No Small Matter **1/2
Advocacy documentaries tend towards tediousness and stridency, so it’s refreshing when one can be both so earnest about its position and so relatively fleet-footed about pitching it. Directors Danny Alpert, Jon Siskel and Greg Jacobs explore the importance of early childhood education, discussing the science behind the importance of pre-school development, the factors leading to disparities in outcome, and a prescription for giving more children a better shot at success. The filmmakers at times get a little silly and overly literal in their choices, from a clunky filmstrip-style info to prove their point that “beginnings matter,” to images that visually underline every spoken word.
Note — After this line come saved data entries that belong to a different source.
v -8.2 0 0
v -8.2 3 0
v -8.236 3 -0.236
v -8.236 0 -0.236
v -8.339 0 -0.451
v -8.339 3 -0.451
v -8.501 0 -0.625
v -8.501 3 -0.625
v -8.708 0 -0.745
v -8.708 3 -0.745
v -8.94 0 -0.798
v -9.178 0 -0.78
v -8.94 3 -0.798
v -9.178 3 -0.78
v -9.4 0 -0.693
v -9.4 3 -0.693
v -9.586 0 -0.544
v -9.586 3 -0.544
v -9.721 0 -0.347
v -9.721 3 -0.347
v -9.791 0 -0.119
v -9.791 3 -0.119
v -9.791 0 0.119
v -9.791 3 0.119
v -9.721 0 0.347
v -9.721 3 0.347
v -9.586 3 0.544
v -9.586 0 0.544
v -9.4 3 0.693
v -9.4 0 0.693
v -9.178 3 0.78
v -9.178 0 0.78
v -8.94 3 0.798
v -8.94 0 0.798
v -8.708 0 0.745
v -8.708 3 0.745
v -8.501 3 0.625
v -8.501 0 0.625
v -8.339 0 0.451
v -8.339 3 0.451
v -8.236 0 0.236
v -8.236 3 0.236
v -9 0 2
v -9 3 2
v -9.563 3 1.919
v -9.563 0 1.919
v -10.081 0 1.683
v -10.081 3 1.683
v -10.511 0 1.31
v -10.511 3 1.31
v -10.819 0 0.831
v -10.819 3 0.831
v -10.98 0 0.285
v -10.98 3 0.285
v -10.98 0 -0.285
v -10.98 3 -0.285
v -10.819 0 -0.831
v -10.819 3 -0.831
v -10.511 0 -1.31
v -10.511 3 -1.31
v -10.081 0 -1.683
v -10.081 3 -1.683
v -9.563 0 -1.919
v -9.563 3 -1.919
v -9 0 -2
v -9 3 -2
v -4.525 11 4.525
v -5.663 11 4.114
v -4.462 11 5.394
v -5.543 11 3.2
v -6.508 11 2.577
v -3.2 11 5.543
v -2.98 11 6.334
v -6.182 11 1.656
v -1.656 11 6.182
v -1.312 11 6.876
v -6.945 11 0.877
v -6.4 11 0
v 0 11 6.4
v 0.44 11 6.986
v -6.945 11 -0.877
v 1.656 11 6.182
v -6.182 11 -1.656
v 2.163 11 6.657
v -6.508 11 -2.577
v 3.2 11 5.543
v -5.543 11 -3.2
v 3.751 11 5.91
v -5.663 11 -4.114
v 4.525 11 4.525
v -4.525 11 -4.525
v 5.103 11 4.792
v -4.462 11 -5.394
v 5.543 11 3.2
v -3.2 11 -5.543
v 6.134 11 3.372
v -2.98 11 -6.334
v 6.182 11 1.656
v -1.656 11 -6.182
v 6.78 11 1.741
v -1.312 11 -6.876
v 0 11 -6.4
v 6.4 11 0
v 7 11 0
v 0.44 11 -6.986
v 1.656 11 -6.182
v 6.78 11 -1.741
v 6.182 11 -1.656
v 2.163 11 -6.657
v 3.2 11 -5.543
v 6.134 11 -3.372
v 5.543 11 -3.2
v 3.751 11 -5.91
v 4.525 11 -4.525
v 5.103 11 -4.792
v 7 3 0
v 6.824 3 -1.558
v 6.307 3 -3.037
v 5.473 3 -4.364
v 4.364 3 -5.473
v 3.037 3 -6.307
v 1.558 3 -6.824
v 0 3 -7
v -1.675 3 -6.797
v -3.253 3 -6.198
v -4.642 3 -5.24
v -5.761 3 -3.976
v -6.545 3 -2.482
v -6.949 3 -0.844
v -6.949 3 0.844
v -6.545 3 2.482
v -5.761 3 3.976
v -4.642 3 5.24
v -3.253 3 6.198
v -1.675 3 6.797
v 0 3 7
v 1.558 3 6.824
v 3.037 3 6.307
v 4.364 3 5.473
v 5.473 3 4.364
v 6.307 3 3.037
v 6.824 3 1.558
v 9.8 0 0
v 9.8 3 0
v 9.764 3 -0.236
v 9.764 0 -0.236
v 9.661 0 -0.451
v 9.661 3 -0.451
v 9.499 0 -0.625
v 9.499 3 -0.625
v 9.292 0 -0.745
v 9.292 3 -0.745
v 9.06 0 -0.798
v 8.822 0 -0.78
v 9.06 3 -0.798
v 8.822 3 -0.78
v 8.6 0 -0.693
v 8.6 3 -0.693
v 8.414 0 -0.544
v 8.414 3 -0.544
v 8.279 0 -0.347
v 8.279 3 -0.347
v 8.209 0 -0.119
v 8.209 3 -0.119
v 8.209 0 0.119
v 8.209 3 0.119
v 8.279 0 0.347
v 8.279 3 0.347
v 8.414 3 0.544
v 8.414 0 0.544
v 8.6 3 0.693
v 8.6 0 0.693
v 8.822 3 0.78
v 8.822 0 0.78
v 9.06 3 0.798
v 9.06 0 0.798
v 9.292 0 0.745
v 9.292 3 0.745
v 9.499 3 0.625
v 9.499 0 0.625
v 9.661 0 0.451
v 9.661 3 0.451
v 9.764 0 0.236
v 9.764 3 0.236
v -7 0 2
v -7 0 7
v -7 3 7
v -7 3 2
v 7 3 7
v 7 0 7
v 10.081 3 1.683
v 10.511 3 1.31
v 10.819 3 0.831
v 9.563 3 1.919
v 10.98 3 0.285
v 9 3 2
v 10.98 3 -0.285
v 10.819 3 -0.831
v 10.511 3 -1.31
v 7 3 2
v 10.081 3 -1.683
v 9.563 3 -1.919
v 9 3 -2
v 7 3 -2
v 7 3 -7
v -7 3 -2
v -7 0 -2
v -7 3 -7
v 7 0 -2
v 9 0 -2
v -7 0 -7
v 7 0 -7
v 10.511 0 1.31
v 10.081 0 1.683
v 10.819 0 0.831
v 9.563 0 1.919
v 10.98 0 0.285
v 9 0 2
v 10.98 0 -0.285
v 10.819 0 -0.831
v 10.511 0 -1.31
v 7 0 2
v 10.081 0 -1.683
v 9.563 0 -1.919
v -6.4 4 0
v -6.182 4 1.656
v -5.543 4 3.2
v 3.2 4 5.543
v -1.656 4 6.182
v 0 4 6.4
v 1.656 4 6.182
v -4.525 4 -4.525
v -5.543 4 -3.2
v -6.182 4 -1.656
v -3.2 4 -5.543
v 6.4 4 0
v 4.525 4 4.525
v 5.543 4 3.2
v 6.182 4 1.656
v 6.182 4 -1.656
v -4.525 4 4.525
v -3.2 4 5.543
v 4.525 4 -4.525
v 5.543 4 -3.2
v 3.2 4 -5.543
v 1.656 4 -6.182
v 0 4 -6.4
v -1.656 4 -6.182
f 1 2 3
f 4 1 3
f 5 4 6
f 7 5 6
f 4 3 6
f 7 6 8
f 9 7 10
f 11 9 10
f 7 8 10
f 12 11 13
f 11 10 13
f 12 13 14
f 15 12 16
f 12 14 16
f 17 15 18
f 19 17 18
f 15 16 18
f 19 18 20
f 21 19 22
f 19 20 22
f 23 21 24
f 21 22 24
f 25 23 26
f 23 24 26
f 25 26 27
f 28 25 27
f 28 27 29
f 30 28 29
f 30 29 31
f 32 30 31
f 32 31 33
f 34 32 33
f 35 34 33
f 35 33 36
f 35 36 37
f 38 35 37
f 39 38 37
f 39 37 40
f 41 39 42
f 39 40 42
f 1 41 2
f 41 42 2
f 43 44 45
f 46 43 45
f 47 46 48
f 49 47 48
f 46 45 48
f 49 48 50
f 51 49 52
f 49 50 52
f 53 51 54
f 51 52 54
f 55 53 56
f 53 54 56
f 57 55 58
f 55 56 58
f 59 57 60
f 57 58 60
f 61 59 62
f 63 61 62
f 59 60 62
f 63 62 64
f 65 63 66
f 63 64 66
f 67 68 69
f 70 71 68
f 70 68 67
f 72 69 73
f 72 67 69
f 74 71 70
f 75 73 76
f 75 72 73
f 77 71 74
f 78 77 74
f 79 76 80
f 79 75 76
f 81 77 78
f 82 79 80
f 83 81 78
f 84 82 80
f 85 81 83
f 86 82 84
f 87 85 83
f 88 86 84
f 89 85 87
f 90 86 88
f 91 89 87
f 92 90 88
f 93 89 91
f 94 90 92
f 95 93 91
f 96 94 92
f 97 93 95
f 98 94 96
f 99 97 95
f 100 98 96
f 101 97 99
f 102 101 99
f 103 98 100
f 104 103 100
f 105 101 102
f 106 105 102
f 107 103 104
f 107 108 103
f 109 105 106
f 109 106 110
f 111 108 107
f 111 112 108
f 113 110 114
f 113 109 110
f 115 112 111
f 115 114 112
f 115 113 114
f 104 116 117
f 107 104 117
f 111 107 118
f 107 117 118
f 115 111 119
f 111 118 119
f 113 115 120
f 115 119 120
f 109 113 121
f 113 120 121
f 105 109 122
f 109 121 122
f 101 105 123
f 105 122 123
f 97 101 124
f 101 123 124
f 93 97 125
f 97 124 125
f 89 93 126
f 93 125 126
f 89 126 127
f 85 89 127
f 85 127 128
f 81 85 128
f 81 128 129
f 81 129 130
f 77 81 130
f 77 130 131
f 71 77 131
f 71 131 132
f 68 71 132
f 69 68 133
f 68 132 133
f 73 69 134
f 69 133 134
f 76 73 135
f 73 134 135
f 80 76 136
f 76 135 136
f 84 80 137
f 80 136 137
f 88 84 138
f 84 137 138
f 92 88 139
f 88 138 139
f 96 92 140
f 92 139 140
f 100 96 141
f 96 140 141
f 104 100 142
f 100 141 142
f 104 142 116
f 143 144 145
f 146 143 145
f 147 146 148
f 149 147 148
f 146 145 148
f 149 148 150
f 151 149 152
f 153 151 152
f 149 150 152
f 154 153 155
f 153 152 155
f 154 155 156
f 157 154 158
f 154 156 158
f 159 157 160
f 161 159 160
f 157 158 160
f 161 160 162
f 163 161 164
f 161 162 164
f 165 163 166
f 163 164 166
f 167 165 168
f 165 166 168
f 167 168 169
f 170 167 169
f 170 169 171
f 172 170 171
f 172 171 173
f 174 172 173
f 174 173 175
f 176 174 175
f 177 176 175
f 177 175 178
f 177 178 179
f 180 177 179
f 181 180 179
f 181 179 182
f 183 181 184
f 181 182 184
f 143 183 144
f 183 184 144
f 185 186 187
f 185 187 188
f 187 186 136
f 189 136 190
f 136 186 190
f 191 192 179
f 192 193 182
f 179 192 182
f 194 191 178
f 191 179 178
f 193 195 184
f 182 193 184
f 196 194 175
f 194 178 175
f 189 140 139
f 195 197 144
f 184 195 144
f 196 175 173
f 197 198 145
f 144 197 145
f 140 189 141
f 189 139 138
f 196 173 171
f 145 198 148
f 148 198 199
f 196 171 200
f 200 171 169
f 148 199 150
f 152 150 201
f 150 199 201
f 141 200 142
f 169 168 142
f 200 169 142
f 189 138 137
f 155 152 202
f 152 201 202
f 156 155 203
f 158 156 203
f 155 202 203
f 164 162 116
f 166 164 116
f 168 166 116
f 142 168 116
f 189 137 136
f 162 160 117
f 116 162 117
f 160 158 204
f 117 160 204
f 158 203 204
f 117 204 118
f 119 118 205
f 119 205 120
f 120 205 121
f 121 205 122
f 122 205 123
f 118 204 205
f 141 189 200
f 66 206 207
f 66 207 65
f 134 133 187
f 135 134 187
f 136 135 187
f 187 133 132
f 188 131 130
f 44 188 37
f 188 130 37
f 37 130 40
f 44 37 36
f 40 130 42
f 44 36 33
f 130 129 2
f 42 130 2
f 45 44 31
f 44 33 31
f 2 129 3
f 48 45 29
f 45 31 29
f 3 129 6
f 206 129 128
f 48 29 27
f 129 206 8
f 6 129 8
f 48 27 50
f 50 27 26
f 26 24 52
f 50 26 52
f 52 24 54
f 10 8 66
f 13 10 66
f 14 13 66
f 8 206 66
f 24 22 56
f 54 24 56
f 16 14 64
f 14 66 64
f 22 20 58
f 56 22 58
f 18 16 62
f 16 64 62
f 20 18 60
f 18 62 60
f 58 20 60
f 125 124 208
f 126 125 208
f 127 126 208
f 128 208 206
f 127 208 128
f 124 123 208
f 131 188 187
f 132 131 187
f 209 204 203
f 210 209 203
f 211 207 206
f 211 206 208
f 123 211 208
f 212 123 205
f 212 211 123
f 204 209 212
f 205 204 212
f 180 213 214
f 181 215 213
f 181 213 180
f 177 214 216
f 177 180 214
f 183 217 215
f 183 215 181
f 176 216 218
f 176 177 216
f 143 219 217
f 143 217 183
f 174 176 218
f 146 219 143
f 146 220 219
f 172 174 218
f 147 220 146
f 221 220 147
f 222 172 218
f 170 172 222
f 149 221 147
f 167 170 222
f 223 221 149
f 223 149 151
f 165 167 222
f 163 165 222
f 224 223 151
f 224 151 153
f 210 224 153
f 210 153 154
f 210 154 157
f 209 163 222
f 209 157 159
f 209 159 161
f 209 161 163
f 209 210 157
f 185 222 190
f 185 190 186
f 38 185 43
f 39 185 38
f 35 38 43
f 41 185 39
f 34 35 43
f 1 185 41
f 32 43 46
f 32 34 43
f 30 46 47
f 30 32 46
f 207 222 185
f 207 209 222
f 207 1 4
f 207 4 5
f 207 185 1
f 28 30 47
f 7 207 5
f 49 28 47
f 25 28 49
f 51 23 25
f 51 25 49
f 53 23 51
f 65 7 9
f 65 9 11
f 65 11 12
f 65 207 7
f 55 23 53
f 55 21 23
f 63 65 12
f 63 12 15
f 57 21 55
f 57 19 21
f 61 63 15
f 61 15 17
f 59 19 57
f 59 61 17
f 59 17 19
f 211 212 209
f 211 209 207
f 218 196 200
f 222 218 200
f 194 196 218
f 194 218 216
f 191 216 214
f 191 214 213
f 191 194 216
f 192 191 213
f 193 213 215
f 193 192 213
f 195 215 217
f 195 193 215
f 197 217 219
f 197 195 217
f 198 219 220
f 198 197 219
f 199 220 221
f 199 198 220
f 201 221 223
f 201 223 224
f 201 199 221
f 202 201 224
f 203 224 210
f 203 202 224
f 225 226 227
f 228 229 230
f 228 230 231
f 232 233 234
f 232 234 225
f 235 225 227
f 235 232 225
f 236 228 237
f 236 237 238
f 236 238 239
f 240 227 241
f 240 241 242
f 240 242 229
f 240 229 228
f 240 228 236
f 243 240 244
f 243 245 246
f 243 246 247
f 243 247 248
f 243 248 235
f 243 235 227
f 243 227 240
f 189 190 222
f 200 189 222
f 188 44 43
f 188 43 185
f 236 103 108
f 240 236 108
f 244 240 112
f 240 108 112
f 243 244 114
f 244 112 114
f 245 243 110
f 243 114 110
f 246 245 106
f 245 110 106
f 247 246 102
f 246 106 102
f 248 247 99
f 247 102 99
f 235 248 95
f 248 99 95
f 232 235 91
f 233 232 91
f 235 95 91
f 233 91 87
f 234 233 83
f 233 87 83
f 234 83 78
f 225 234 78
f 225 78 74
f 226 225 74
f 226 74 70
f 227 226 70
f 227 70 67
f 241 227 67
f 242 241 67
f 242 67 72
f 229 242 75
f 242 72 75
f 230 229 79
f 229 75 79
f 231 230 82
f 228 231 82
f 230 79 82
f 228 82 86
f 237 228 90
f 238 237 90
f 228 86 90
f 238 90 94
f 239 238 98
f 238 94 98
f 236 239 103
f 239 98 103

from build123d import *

# Parameters (mm, degrees)
SKETCH_1_W          = 14
SKETCH_1_H          = 14
EXTRUDE_2_DEPTH     = 3
EXTRUDE_4_DEPTH     = 3
EXTRUDE_5_DEPTH     = 3
SKETCH_4_R          = 0.8
CUT_EXTRUDE_1_DEPTH = 3
SKETCH_5_R          = 7
EXTRUDE_6_DEPTH     = 8
SKETCH_6_R          = 6.4
CUT_EXTRUDE_2_DEPTH = 7


with BuildPart() as part:
    # 草图1 → 凸台-拉伸2 (new body)
    with BuildSketch(Plane(origin=(0, 0, 0), x_dir=(1, 0, 0), z_dir=(0, 1, 0))):
        Rectangle(SKETCH_1_W, SKETCH_1_H)
    extrude(amount=EXTRUDE_2_DEPTH)

    # 草图2 → 凸台-拉伸4 (add)
    with BuildSketch(Plane(origin=(0, 3, 0), x_dir=(1, 0, 0), z_dir=(0, 1, 0))):
        Polygon((-7, 0), (-7, 2), (-9, 2), (-9, 0), (-9, -2), (-7, -2), align=None)
        Polygon((7, 0), (7, 2), (9, 2), (9, 0), (9, -2), (7, -2), align=None)
    extrude(amount=-EXTRUDE_4_DEPTH)

    # 草图3 → 凸台-拉伸5 (add)
    with BuildSketch(Plane(origin=(0, 3, 0), x_dir=(1, 0, 0), z_dir=(0, 1, 0))):
        with BuildLine():
            Line((-9, 2), (-9, -2))
            ThreePointArc((-9, -2), (-11, 0), (-9, 2))
        make_face()
        with BuildLine():
            Line((9, 2), (9, -2))
            ThreePointArc((9, -2), (11, 0), (9, 2))
        make_face()
    extrude(amount=-EXTRUDE_5_DEPTH)

    # 草图4 → 切除-拉伸1 (cut)
    with BuildSketch(Plane(origin=(0, 3, 0), x_dir=(1, 0, 0), z_dir=(0, 1, 0))):
        with Locations((-9, 0)):
            Circle(SKETCH_4_R)
        with Locations((9, 0)):
            Circle(SKETCH_4_R)
    extrude(amount=-CUT_EXTRUDE_1_DEPTH, mode=Mode.SUBTRACT)

    # 草图5 → 凸台-拉伸6 (add)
But No Small Matter also does its job reasonably well by telling individual tales of parents struggling to balance economic realities and their kids’ best interests, and pre-school teachers whose enthusiasm collides with crappy pay. It’s hard to imagine someone watching a movie like this who didn’t already support the thesis at hand, but if you’re going to preach to the choir, at least it’s nice to take only 73 minutes to do so, and tell a few compelling stories along the way. Available July 10 via SLFSatHome.org. (NR)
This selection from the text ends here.